Sam Hamad jubile. Le ministre du Travail se réjouit des données fort encourageantes sur l'emploi publiées par Statistique Canada vendredi, qu'il attribue à l'effet libéral.

À n'en pas douter, les nouvelles sont bonnes, bien meilleures que ce que la plupart des économistes avaient prévu, et il faut s'en réjouir. Maintenant, l'embellie du marché de l'emploi durera-t-elle ? Et surtout, est-elle attribuable à l'effet libéral, comme se plaît à le dire Sam Hamad ?

Le Québec a créé des emplois pour le quatrième mois consécutif, selon Statistique Canada. En avril, il s'est ajouté 11 700 emplois par rapport au mois précédent. La création d'emplois s'élève même à près de 69 000 depuis un an, ce qui correspond à la moitié du total canadien.

Ce boom de l'emploi coïncide avec l'arrivée des libéraux au pouvoir, en avril 2014. Il est d'autant plus surprenant que, durant la même période, les libéraux ont aboli des postes dans la fonction publique et restreint les dépenses, ce qui aurait pu, au contraire, faire reculer la création nette d'emplois.
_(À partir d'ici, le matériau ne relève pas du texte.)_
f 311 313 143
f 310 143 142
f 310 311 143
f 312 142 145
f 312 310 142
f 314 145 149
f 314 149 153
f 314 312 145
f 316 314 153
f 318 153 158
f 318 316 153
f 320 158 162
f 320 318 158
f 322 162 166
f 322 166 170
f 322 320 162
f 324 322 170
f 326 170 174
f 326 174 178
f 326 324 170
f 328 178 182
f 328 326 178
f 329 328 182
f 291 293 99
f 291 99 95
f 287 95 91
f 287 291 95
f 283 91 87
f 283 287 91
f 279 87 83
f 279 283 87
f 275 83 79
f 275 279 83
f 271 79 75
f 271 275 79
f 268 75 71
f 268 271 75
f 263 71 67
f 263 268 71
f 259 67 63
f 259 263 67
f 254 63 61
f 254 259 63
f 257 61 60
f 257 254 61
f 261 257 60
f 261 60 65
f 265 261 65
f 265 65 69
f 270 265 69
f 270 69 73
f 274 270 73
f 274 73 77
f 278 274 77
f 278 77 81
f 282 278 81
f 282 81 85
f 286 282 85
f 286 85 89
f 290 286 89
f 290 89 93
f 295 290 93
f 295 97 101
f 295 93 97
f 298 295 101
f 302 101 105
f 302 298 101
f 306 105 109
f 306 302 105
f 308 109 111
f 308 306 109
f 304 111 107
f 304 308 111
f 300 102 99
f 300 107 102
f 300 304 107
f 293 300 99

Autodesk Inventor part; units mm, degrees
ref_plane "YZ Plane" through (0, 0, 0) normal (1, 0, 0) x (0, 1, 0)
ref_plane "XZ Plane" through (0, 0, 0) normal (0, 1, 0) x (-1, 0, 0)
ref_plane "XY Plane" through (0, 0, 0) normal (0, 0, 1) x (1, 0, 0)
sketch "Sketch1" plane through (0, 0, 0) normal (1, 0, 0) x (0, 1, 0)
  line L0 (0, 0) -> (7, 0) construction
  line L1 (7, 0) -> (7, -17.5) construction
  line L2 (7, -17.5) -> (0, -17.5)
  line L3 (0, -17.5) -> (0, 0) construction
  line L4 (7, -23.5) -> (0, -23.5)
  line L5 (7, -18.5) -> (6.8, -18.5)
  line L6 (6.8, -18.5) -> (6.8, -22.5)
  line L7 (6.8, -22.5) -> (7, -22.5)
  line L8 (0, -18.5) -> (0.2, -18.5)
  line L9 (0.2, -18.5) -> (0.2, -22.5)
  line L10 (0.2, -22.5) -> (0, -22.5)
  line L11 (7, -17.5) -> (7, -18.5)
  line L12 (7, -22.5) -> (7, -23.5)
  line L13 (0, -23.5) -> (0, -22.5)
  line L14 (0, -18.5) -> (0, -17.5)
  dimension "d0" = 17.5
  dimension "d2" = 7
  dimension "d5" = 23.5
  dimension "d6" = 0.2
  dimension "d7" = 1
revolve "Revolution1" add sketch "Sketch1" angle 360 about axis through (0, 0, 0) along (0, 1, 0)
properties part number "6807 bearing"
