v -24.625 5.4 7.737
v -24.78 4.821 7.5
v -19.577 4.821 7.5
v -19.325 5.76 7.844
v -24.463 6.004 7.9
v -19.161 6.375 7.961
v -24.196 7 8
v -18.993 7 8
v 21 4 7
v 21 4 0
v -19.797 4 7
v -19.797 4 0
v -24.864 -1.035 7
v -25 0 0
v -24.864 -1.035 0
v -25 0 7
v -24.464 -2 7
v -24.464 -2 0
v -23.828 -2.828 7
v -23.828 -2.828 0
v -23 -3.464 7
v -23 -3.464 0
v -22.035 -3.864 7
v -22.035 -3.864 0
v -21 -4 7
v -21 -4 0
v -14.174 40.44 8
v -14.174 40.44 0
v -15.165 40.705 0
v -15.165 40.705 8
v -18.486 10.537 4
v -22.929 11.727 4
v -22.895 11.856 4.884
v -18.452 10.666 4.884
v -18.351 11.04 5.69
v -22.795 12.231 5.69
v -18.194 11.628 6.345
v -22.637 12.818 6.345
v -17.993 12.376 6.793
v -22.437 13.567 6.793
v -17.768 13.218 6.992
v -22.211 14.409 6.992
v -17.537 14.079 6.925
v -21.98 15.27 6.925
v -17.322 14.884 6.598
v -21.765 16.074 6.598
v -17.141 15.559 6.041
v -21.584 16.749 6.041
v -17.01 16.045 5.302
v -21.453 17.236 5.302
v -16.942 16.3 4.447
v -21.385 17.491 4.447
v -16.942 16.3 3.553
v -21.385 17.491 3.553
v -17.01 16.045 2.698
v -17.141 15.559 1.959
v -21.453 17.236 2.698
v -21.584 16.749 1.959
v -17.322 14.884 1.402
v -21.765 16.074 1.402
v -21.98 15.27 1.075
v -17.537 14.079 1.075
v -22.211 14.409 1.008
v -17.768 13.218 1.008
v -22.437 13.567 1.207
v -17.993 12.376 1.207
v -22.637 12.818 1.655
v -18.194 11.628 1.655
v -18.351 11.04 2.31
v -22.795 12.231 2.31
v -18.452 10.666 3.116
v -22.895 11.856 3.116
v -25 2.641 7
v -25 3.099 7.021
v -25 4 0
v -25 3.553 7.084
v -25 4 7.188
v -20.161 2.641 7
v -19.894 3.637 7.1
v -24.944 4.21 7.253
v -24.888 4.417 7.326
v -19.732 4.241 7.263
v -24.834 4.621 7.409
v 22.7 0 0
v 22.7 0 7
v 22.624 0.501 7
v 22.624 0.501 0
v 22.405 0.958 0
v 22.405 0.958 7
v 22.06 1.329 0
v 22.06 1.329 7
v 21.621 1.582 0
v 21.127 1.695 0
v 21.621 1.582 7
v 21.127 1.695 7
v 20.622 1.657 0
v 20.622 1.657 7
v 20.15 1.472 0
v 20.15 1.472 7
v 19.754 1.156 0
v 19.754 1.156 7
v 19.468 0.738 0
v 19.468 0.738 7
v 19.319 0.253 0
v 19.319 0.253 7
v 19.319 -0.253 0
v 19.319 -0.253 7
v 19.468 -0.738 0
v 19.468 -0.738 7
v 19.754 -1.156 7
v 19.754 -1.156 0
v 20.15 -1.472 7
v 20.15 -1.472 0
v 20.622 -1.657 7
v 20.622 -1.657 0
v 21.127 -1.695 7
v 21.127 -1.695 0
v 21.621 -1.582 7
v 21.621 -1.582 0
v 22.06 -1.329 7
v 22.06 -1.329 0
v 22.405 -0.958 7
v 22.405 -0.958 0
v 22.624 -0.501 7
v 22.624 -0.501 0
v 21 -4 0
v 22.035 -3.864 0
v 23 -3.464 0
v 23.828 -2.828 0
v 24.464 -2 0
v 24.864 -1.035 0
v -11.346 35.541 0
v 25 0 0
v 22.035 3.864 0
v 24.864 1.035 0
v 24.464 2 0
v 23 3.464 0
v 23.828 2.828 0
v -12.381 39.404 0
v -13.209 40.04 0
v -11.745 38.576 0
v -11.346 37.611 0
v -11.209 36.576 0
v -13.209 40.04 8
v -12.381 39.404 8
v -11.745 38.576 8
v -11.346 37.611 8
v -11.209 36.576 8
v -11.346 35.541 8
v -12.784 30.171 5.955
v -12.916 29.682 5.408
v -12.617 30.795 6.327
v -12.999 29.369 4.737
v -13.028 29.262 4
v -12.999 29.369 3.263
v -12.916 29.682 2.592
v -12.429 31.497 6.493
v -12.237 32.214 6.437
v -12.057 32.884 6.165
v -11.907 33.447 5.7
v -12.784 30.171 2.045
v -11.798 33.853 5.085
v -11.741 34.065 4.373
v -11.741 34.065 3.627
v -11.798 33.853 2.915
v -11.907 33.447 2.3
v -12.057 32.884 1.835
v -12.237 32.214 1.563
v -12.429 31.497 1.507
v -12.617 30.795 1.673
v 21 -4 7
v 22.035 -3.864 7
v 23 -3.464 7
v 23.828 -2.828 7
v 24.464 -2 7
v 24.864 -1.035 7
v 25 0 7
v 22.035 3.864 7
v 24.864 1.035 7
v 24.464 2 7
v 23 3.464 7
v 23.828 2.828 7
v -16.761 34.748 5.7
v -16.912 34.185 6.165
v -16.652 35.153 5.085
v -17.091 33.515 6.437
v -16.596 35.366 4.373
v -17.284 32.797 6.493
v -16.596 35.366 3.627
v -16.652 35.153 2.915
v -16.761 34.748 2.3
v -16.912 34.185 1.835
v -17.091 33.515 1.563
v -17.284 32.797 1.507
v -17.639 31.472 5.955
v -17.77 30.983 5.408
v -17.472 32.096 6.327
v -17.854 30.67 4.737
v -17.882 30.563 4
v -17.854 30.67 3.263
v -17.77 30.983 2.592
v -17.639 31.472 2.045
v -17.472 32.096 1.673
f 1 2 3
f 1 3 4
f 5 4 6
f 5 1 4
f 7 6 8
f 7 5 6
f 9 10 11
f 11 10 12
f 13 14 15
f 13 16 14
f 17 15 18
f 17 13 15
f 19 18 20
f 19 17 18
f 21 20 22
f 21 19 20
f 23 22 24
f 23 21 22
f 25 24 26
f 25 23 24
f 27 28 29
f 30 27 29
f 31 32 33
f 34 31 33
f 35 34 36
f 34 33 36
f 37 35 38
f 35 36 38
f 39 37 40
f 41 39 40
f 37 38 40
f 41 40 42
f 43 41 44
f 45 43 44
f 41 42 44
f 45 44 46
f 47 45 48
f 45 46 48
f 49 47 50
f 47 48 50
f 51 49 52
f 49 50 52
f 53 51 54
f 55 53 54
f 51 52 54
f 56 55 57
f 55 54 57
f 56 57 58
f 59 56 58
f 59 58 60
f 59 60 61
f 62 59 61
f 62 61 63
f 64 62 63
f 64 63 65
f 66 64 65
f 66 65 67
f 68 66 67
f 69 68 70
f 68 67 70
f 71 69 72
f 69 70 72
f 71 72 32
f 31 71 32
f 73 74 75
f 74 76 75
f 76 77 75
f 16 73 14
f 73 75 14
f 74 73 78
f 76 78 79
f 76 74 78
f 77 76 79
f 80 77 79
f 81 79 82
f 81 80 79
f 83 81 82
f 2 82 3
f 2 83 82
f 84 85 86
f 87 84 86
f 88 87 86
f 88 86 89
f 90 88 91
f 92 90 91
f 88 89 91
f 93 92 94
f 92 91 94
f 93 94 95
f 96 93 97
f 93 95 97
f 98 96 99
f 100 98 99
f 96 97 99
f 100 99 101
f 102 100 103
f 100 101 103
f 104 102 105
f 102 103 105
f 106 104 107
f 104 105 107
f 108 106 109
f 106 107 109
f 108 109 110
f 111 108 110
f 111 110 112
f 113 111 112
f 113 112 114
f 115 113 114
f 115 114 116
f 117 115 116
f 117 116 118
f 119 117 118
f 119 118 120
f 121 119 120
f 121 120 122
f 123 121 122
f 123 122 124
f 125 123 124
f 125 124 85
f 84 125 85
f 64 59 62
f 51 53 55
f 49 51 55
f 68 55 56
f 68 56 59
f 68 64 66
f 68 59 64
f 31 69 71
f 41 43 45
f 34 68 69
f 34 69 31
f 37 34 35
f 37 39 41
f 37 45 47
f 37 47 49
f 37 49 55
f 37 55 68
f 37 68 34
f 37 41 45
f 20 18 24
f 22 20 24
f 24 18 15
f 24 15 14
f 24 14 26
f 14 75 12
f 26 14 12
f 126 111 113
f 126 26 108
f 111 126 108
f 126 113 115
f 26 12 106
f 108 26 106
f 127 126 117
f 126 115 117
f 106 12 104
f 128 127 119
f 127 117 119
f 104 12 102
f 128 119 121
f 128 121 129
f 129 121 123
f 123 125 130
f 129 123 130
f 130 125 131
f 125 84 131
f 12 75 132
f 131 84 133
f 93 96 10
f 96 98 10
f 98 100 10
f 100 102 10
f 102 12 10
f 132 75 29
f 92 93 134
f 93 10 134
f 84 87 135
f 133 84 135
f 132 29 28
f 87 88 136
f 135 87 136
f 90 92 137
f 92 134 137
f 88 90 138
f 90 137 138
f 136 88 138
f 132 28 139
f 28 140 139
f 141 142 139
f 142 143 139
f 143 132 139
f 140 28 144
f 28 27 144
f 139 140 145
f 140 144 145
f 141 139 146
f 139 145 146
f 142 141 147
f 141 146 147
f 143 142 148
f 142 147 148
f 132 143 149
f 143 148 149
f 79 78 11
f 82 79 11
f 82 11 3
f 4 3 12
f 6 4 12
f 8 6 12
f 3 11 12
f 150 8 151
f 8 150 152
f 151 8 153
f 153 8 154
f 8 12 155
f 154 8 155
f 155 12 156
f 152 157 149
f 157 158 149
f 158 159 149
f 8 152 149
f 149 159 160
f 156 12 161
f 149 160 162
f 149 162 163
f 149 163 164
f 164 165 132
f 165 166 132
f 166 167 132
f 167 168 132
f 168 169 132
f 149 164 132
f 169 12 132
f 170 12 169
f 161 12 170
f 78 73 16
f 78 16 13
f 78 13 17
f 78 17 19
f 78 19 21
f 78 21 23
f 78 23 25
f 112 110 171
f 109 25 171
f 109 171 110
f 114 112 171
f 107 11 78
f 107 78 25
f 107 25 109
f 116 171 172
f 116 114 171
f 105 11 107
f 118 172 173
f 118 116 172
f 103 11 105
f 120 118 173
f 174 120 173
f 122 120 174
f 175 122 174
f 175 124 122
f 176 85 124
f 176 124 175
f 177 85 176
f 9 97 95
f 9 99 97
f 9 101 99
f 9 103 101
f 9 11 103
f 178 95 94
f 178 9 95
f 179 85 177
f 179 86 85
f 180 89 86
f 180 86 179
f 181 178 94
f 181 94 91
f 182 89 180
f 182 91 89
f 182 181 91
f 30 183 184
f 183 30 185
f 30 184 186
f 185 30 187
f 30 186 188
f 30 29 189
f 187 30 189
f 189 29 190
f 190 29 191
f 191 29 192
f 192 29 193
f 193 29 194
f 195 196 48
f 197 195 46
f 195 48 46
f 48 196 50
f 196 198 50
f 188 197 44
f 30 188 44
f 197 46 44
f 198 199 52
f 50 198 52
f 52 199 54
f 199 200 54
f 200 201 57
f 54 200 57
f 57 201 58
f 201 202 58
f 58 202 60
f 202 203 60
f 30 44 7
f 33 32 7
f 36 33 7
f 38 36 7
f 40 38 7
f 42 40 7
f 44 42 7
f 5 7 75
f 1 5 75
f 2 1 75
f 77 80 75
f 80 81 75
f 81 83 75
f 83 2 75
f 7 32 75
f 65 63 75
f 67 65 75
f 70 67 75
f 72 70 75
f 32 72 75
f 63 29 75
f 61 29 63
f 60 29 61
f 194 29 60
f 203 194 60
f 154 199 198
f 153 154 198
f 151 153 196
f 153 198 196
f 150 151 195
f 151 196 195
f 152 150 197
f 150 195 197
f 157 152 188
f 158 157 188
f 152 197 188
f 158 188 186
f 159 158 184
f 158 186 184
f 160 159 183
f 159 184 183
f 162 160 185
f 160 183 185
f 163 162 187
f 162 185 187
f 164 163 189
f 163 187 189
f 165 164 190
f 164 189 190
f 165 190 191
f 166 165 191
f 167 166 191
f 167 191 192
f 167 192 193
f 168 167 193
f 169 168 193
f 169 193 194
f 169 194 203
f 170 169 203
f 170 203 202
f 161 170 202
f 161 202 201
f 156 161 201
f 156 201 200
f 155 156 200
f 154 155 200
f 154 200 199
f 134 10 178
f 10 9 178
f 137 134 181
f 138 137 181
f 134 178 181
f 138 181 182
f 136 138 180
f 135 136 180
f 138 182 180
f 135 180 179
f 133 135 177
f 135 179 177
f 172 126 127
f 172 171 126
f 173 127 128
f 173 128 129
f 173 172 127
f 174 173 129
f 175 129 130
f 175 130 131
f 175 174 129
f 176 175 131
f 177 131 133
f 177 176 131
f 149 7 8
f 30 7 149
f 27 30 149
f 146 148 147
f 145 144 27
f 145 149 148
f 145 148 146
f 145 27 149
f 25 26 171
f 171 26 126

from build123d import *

# Parameters (mm, degrees)
F1_DEPTH    = 7
F2_DEPTH    = 8
F3_R        = 3.99999
F4_T1_DEPTH = 20.2030500331
F5_R        = 5
F6_R        = 2.5
F7_DEPTH    = 10
F6_R_2      = 3
F8_DEPTH    = 4.6
F9_R        = 1.7
F10_DEPTH   = 7.001


# Not quite as in the source:
# - a fillet or chamfer that OpenCascade refuses, or shapes differently, is made with other operations: its cross-section is extruded or revolved along the edge and cut away or added
# - a fillet or chamfer is up to 0.001 mm smaller than in the source, because OpenCascade refuses the exact size


with BuildPart() as f1:
    # F0 (on Top) → F1 (new body)
    with BuildSketch(Plane.XY):
        Polygon((-25, -4), (25, -4), (25, 4), (-19.7969499669, 4), (-25, 4), align=None)
    extrude(amount=F1_DEPTH)

    # F0 (on Top) → F2 (join)
    with BuildSketch(Plane.XY):
        Polygon((-15.1648762861, 40.705181399), (-25, 4), (-19.7969499669, 4), (-10.3103645166, 39.4044188907), align=None)
    extrude(amount=F2_DEPTH)

    # F3 (radius 4 in the source; OpenCascade refuses exactly that, so slightly less here)
    f3_edges = [f1.edges().sort_by_distance(p)[0] for p in [
        (25, 4, 3.5),
        (25, -4, 3.5),
        (-25, -4, 3.5),
        (-10.310365, 39.404419, 4),
    ]]
    fillet(f3_edges, radius=F3_R)

    # F4: fillet of radius 5 on 1 edges, made by hand

    # F4_s2 → F4_t1 (cut)
    with BuildSketch(Plane.YZ.offset(-32.5)):
        with BuildLine():
            ThreePointArc((4, 7), (5.4188611699, 7.7434164903), (7, 8))
            Line((7, 8), (4, 8))
            Line((4, 8), (4, 7))
        make_face()
    extrude(amount=F4_T1_DEPTH, mode=Mode.SUBTRACT)

    # F5
    f5_edges = [f1.edges().sort_by_distance(p)[0] for p in [
        (-22.398475, 4, 7),
    ]]
    fillet(f5_edges, radius=F5_R)

    # F6 (on face) → F7 (cut)
    with BuildSketch(Plane(origin=(-24.3253175473, 6.5179491924, 0), x_dir=(-0.2588190451, -0.9659258263, 0), z_dir=(-0.9659258263, 0.2588190451, 0))):
        with Locations((-27.3932271776, 4)):
            Circle(F6_R)
    extrude(amount=-F7_DEPTH, mode=Mode.SUBTRACT)

    # F6 (on face) → F8 (cut)
    with BuildSketch(Plane(origin=(-24.3253175473, 6.5179491924, 0), x_dir=(-0.2588190451, -0.9659258263, 0), z_dir=(-0.9659258263, 0.2588190451, 0))):
        with Locations((-8.3932271776, 4)):
            Circle(F6_R_2)
    extrude(amount=-F8_DEPTH, mode=Mode.SUBTRACT)

    # F9 (on face) → F10 (cut, through all)
    with BuildSketch(Plane.XY.offset(7)):
        with Locations((21, 0)):
            Circle(F9_R)
    extrude(amount=-F10_DEPTH, mode=Mode.SUBTRACT)


solid = f1.part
Alors, est-ce l'effet libéral ? « On ne peut rien conclure », dit Benoit Durocher, économiste principal au Mouvement Desjardins.

Les données de l'emploi sont très volatiles, rappelle l'économiste, et il n'est pas clair que la création d'emplois restera forte, d'autant moins que la croissance économique demeure modeste. Si les chiffres de 2015 sont beaux, c'est notamment parce qu'ils sont comparés à ceux de 2014, alors que le marché était à un creux. Il s'agit d'un rebond, en quelque sorte.

Les politiciens s'attribuent souvent le mérite de la création d'emplois alors que, dans les faits, ils n'y sont pas pour grand-chose, du moins à court terme.

La création d'emplois à court terme est bien davantage liée au contexte économique qu'à des décisions politiques. À moins de bouleversement politique majeur, évidemment, ce qui n'est pas le cas ici.

L'effet libéral pourrait se décliner de deux façons : l'impact possible de la présence libérale sur le climat d'affaires et les retombées du ménage des finances publiques sur l'économie.

Les gens d'affaires sont nombreux à le dire : un gouvernement qui est plus ouvert aux affaires inspire confiance, ce qui incite à investir. Le commun des mortels ne le réalise pas, mais il faut du cran pour débourser 1 million, 2 millions, 10 millions de dollars dans un projet. Un nouveau parti politique qui multiplierait les règlements et doperait les impôts serait de nature à freiner les investissements.

Vendredi, Sam Hamad attribuait justement la création d'emplois au climat de confiance qui s'est installé chez les entreprises depuis le départ des péquistes. Il oublie de dire que les décisions gouvernementales ont aussi soulevé bien du mécontentement et démotivé des milliers d'employés. Les manifestations améliorent-elles le climat d'affaires ?

La semaine dernière, lors d'un passage à New York, le ministre des Finances, Carlos Leitao, s'affairait justement à calmer les financiers américains et à les préparer à l'automne chaud en vue.

Le deuxième effet libéral possible est l'impact des réformes qu'entreprend le gouvernement dans le contexte du ménage des finances publiques, notamment.

Le Parti libéral veut atteindre le déficit zéro sans augmenter les impôts et la dette, essentiellement. Cet objectif passe par une compression des dépenses et donc par une volonté d'avoir un gouvernement moins présent dans l'économie.

Soyons réalistes, on est loin des politiques de Margaret Thatcher. Il reste qu'à terme, le gouvernement Couillard espère qu'une réduction des impôts et un État plus efficace donnent des fruits.

Il n'est pas impossible que cette recette produise des effets positifs, éventuellement. À tout événement, on ne peut prétendre que les effets d'un tel plan se font déjà sentir et stimule la création d'emplois. Au contraire, depuis un an, le plan libéral provoque plutôt des pertes d'emplois dans le secteur public québécois, qui compte tout de même pour 25 % de l'économie. De telles réformes se font sentir à long terme.

Il faudra donc attendre plusieurs mois avant de juger s'il y a ou non un effet libéral, voire plusieurs années. D'ici un an, par exemple, si le Québec a encore créé 70 000 emplois, soit quelque 140 000 en deux ans, alors il faudra penser à un effet libéral.

Malheureusement, un tel impact restera difficile à vérifier. En effet, la chute du pétrole, le recul du dollar qu'il provoque et la reprise américaine sont des éléments beaucoup plus déterminants dans la croissance et la création d'emplois qu'un effet libéral. En attendant, réjouissons-nous tout de même des nouveaux emplois créés.